When Pacific Northwest Ballet principal dancer Elizabeth Murphy prepared for her 2019 debut as Odette in Swan Lake, she credited the foundation built during her early training in Spokane. Murphy is not alone: at least a dozen dancers currently performing with regional and national companies trace their formative years to studios along the Spokane River—a statistic that would have surprised arts observers two decades ago.
This eastern Washington city of 230,000 has quietly developed a ballet ecosystem that punches above its weight. With training costs roughly 40% below Seattle's rates and a collaborative rather than competitive atmosphere among studios, Spokane has become a destination for families seeking serious pre-professional instruction without metropolitan price tags.
Three Studios, Three Philosophies
Spokane's ballet landscape defies easy categorization. Unlike cities where a single conservatory dominates, the region sustains multiple training models—each with distinct pedagogical commitments and alumni outcomes.
Spokane School of Ballet: The Vaganova Vanguard
Founded in 1978 by former San Francisco Ballet dancer Patricia Barker, Spokane School of Ballet (SSB) remains the region's most institutionally connected program. Barker, who directed the company until 2019, established relationships with Pacific Northwest Ballet, Oregon Ballet Theatre, and San Francisco Ballet that continue to shape student trajectories.
The school's Vaganova-based curriculum emphasizes systematic progression through eight levels. Current artistic director Vanessa Thiessen, a former PNB corps member, maintains the 300-student enrollment cap that Barker instituted to preserve class sizes of twelve or fewer in upper divisions.
Notable outcomes include:
- Miriam Landis, SSB 2004–2012, now soloist with Oregon Ballet Theatre
- Charles McCall, SSB 2008–2016, corps de ballet with Houston Ballet since 2020
- Annual acceptance rate: Approximately 15% of graduating seniors secure company contracts or second-company positions
Tuition runs $3,200–$4,800 annually depending on level, with need-based scholarships covering roughly 30% of students.

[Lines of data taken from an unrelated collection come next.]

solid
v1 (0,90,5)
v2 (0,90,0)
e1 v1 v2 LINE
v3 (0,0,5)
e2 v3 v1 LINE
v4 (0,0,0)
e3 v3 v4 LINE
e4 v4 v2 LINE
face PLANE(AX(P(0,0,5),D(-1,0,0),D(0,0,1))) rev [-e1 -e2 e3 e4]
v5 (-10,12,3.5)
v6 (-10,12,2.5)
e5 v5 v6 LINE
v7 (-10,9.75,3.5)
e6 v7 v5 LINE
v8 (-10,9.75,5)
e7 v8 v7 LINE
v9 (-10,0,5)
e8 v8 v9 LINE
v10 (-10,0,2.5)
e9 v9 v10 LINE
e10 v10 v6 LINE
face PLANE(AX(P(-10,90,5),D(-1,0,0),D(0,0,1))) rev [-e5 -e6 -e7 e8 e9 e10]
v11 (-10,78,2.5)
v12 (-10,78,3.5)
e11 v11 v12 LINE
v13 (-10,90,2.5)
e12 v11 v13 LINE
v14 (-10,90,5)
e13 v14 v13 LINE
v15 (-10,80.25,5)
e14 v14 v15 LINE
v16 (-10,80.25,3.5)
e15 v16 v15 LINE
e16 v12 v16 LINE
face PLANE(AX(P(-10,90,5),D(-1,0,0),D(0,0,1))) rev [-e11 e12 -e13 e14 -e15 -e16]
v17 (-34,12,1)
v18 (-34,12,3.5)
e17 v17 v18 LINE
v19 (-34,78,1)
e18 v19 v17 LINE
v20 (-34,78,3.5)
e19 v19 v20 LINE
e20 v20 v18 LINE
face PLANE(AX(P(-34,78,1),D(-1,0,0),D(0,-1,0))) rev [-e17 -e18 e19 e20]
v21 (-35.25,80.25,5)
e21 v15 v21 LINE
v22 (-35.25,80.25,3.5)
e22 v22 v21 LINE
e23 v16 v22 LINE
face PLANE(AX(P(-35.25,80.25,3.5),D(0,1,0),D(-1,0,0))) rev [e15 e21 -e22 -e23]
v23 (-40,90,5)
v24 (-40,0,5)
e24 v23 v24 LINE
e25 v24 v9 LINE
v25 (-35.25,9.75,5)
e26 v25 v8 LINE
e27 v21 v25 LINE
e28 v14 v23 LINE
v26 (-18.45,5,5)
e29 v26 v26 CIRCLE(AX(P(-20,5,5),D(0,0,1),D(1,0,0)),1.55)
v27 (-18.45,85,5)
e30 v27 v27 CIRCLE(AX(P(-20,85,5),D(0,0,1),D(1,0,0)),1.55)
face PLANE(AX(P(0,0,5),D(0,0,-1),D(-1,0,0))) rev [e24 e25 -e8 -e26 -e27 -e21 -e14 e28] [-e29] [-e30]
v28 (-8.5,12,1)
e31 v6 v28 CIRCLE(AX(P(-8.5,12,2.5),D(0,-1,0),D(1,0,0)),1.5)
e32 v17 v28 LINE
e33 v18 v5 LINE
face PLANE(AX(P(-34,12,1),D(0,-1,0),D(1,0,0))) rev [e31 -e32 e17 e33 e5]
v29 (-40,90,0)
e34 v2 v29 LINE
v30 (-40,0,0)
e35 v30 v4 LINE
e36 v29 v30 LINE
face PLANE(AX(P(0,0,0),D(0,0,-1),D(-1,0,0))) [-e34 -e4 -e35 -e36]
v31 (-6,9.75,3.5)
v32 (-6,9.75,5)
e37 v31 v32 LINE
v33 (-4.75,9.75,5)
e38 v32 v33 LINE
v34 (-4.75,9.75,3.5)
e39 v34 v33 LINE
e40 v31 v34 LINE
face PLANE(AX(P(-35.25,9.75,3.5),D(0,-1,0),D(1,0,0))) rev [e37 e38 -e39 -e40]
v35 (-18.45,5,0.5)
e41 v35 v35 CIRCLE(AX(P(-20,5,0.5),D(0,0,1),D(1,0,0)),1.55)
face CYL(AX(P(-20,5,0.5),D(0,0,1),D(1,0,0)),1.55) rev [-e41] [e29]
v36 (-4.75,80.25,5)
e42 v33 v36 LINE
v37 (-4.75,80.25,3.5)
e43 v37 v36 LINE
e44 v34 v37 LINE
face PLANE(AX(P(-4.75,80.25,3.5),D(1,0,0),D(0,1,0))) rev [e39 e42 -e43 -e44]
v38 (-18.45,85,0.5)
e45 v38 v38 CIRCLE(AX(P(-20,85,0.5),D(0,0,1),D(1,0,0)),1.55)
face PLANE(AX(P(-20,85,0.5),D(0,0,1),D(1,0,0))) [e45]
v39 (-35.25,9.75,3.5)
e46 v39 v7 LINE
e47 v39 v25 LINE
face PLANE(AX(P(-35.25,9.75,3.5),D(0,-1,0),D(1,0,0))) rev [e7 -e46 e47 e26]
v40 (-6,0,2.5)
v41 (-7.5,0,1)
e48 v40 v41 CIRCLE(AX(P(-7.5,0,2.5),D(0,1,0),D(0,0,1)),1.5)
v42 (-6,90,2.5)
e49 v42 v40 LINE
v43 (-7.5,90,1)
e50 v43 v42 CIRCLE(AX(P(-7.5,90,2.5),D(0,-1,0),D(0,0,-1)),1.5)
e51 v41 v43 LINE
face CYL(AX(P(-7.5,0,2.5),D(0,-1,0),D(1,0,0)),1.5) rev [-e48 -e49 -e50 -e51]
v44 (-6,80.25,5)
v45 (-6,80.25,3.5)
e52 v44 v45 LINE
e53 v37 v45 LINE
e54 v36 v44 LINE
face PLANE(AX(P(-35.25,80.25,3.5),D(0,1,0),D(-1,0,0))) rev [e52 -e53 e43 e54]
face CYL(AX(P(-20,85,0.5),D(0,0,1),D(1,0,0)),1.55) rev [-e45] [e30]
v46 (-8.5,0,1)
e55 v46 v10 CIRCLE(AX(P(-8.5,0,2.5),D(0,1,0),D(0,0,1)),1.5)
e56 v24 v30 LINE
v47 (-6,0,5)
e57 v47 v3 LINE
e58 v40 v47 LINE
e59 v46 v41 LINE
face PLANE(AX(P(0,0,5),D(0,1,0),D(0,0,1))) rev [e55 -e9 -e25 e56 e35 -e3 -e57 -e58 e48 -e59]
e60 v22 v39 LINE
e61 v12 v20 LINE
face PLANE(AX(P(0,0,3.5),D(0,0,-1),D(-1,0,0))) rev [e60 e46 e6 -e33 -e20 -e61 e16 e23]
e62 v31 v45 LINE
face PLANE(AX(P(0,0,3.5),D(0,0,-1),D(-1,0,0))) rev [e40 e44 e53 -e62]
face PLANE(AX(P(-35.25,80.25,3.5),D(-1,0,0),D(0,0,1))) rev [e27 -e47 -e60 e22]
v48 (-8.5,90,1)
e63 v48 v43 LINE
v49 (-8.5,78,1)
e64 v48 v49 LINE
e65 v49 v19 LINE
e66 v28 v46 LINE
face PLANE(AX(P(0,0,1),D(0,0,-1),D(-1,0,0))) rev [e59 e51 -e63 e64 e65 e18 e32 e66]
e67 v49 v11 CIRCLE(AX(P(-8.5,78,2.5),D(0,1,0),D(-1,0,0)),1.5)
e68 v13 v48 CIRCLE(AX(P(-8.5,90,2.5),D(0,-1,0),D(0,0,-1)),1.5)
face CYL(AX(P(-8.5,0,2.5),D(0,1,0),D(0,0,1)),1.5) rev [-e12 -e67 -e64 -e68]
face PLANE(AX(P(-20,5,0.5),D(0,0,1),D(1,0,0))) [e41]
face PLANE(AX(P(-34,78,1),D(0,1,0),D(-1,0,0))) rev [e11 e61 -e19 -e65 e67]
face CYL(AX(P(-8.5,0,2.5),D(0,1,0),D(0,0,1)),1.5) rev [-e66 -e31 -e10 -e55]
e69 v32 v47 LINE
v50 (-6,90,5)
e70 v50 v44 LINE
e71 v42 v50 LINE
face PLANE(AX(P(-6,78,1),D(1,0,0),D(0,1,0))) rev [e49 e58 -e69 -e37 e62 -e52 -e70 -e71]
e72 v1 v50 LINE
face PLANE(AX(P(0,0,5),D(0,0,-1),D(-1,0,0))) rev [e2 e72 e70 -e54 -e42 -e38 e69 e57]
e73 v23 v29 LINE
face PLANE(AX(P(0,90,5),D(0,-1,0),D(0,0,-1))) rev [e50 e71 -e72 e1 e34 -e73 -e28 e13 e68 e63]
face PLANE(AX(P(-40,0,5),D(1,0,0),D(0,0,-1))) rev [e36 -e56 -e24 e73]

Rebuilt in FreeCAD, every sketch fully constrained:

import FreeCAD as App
import Part
import Sketcher
from FreeCAD import Vector
Q = App.Units.Quantity


def edges_at(feature, points):
    """Names of the edges that pass closest to the given points."""
    edges = feature.Shape.Edges
    near = lambda p: min(range(len(edges)), key=lambda i: edges[i].distToShape(Part.Vertex(*p))[0])
    return sorted({f"Edge{near(p) + 1}" for p in points})

doc = App.newDocument("Part")
body = doc.addObject("PartDesign::Body", "Body")

sketch1 = body.newObject("Sketcher::SketchObject", "Sketch")
sketch1.AttachmentSupport = (doc.getObject("XY_Plane"), [""])
sketch1.MapMode = "FlatFace"
sketch1.addGeometry([
    Part.LineSegment(Vector(-40, 0, 0), Vector(0, 0, 0)),
    Part.LineSegment(Vector(0, 0, 0), Vector(0, 90, 0)),
    Part.LineSegment(Vector(0, 90, 0), Vector(-40, 90, 0)),
    Part.LineSegment(Vector(-40, 90, 0), Vector(-40, 0, 0)),
], False)
sketch1.addConstraint([
    Sketcher.Constraint("Coincident", 0, 2, 1, 1),
    Sketcher.Constraint("Coincident", 1, 2, 2, 1),
    Sketcher.Constraint("Coincident", 2, 2, 3, 1),
    Sketcher.Constraint("Coincident", 3, 2, 0, 1),
    Sketcher.Constraint("Horizontal", 0),
    Sketcher.Constraint("Vertical", 1),
    Sketcher.Constraint("Horizontal", 2),
    Sketcher.Constraint("Vertical", 3),
    Sketcher.Constraint("Coincident", 0, 2, -1, 1),
    Sketcher.Constraint("DistanceX", 0, 1, 0, 2, Q("40 mm")),
    Sketcher.Constraint("DistanceY", 1, 1, 1, 2, Q("90 mm")),
])
pad1 = body.newObject("PartDesign::Pad", "Pad")
pad1.Profile = sketch1
pad1.Length = 5

sketch2 = body.newObject("Sketcher::SketchObject", "Sketch001")
sketch2.AttachmentSupport = (doc.getObject("XY_Plane"), [""])
sketch2.MapMode = "FlatFace"
sketch2.AttachmentOffset = App.Placement(Vector(0, 0, 5), App.Rotation())
sketch2.addGeometry([
    Part.LineSegment(Vector(-35, 80, 0), Vector(-35, 10, 0)),
    Part.LineSegment(Vector(-35, 10, 0), Vector(-5, 10, 0)),
    Part.LineSegment(Vector(-5, 10, 0), Vector(-5, 80, 0)),
    Part.LineSegment(Vector(-5, 80, 0), Vector(-35, 80, 0)),
], False)
sketch2.addConstraint([
    Sketcher.Constraint("Coincident", 0, 2, 1, 1),
    Sketcher.Constraint("Coincident", 1, 2, 2, 1),
    Sketcher.Constraint("Coincident", 2, 2, 3, 1),
    Sketcher.Constraint("Coincident", 3, 2, 0, 1),
    Sketcher.Constraint("Vertical", 0),
    Sketcher.Constraint("Horizontal", 1),
    Sketcher.Constraint("Vertical", 2),
    Sketcher.Constraint("Horizontal", 3),
    Sketcher.Constraint("DistanceX", 1, 1, 1, 2, Q("30.5 mm")),
    Sketcher.Constraint("DistanceY", 0, 2, 0, 1, Q("70.5 mm")),
    Sketcher.Constraint("DistanceX", 0, 2, -1, 1, Q("35.25 mm")),
    Sketcher.Constraint("DistanceY", -1, 1, 0, 2, Q("9.75 mm")),
])
pocket1 = body.newObject("PartDesign::Pocket", "Pocket")
pocket1.Profile = sketch2
pocket1.Length = 1.5

sketch3 = body.newObject("Sketcher::SketchObject", "Sketch002")
sketch3.AttachmentSupport = (doc.getObject("XY_Plane"), [""])
sketch3.MapMode = "FlatFace"
sketch3.AttachmentOffset = App.Placement(Vector(0, 0, 3.5), App.Rotation())
sketch3.addGeometry([
    Part.LineSegment(Vector(-34, 78, 0), Vector(-34, 12, 0)),
    Part.LineSegment(Vector(-34, 12, 0), Vector(-6, 12, 0)),
    Part.LineSegment(Vector(-6, 12, 0), Vector(-6, 78, 0)),
    Part.LineSegment(Vector(-6, 78, 0), Vector(-34, 78, 0)),
], False)
sketch3.addConstraint([
    Sketcher.Constraint("Coincident", 0, 2, 1, 1),
    Sketcher.Constraint("Coincident", 1, 2, 2, 1),
    Sketcher.Constraint("Coincident", 2, 2, 3, 1),
    Sketcher.Constraint("Coincident", 3, 2, 0, 1),
    Sketcher.Constraint("Vertical", 0),
    Sketcher.Constraint("Horizontal", 1),
    Sketcher.Constraint("Vertical", 2),
    Sketcher.Constraint("Horizontal", 3),
    Sketcher.Constraint("DistanceX", 1, 1, 1, 2, Q("28 mm")),
    Sketcher.Constraint("DistanceY", 0, 2, 0, 1, Q("66 mm")),
    Sketcher.Constraint("DistanceX", 0, 2, -1, 1, Q("34 mm")),
    Sketcher.Constraint("DistanceY", -1, 1, 0, 2, Q("12 mm")),
])
pocket2 = body.newObject("PartDesign::Pocket", "Pocket001")
pocket2.Profile = sketch3
pocket2.Length = 2.5

sketch4 = body.newObject("Sketcher::SketchObject", "Sketch003")
sketch4.AttachmentSupport = (doc.getObject("XZ_Plane"), [""])
sketch4.MapMode = "FlatFace"
sketch4.addGeometry([
    Part.LineSegment(Vector(-10, 5, 0), Vector(-10, 1, 0)),
    Part.LineSegment(Vector(-10, 1, 0), Vector(-6, 1, 0)),
    Part.LineSegment(Vector(-6, 1, 0), Vector(-6, 5, 0)),
    Part.LineSegment(Vector(-6, 5, 0), Vector(-10, 5, 0)),
], False)
sketch4.addConstraint([
    Sketcher.Constraint("Coincident", 0, 2, 1, 1),
    Sketcher.Constraint("Coincident", 1, 2, 2, 1),
    Sketcher.Constraint("Coincident", 2, 2, 3, 1),
    Sketcher.Constraint("Coincident", 3, 2, 0, 1),
    Sketcher.Constraint("Vertical", 0),
    Sketcher.Constraint("Horizontal", 1),
    Sketcher.Constraint("Vertical", 2),
    Sketcher.Constraint("Horizontal", 3),
    Sketcher.Constraint("Equal", 3, 0),
    Sketcher.Constraint("DistanceX", 1, 1, 1, 2, Q("4 mm")),
    Sketcher.Constraint("DistanceX", 0, 2, -1, 1, Q("10 mm")),
    Sketcher.Constraint("DistanceY", -1, 1, 0, 2, Q("1 mm")),
])
pocket3 = body.newObject("PartDesign::Pocket", "Pocket002")
pocket3.Profile = sketch4
pocket3.Type = "ThroughAll"
doc.recompute()

fillet = body.newObject("PartDesign::Fillet", "Fillet")
fillet.Base = (pocket3, edges_at(pocket3, [(-6, 45, 1), (-10, 84, 1), (-10, 6, 1)]))
fillet.Radius = 1.5

sketch5 = body.newObject("Sketcher::SketchObject", "Sketch004")
sketch5.AttachmentSupport = (doc.getObject("XY_Plane"), [""])
sketch5.MapMode = "FlatFace"
sketch5.AttachmentOffset = App.Placement(Vector(0, 0, 5), App.Rotation())
sketch5.addGeometry(Part.Circle(Vector(-20, 85, 0), Vector(0, 0, 1), 1.6), False)
sketch5.addConstraint([
    Sketcher.Constraint("Diameter", 0, Q("3.1 mm")),
    Sketcher.Constraint("DistanceX", 0, 3, -1, 1, Q("20 mm")),
    Sketcher.Constraint("DistanceY", -1, 1, 0, 3, Q("85 mm")),
])
pocket4 = body.newObject("PartDesign::Pocket", "Pocket003")
pocket4.Profile = sketch5
pocket4.Length = 4.5

sketch6 = body.newObject("Sketcher::SketchObject", "Sketch005")
sketch6.AttachmentSupport = (doc.getObject("XY_Plane"), [""])
sketch6.MapMode = "FlatFace"
sketch6.AttachmentOffset = App.Placement(Vector(0, 0, 5), App.Rotation())
sketch6.addGeometry(Part.Circle(Vector(-20, 5, 0), Vector(0, 0, 1), 1.6), False)
sketch6.addConstraint([
    Sketcher.Constraint("Diameter", 0, Q("3.1 mm")),
    Sketcher.Constraint("DistanceX", 0, 3, -1, 1, Q("20 mm")),
    Sketcher.Constraint("DistanceY", -1, 1, 0, 3, Q("5 mm")),
])
pocket5 = body.newObject("PartDesign::Pocket", "Pocket004")
pocket5.Profile = sketch6
pocket5.Length = 4.5

doc.recompute()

Northwest Dance Project: Contemporary Cross-Training
Portland-based Northwest Dance Project (NWDP) launched its Spokane satellite in 2016, bringing a deliberately different model. Where SSB emphasizes vertical technique development, NWDP Spokane integrates contemporary, jazz, and hip-hop from the first year of training.
Artistic director Sarah Slipper designed the program for dancers who "might love ballet but don't fit the 5'6", 110-pound mold of traditional companies." The approach has attracted students filtered out of more rigid programs—and produced results that challenge conventional wisdom about training pathways.
NWDP Spokane graduate Jordan Kindell, 24, joined NWDP's Portland company in 2022 after being told at age 14 that his "proportions weren't right for ballet." Kindell now performs repertory by Twyla Tharp and Jiří Kylián that he would never have encountered in a purely classical track.
The studio's 120 students pay $2,800–$3,600 annually, with work-study arrangements available for families qualifying for free lunch programs.
Ballet Arts Academy: The Intensive Alternative
Ballet Arts Academy occupies a converted 1920s church in Spokane's South Hill neighborhood, where founder Christine Juarez has trained a maximum of forty students since 2007. The constraint is deliberate: Juarez personally teaches every class above the elementary level, and the schedule permits only four hours of daily instruction.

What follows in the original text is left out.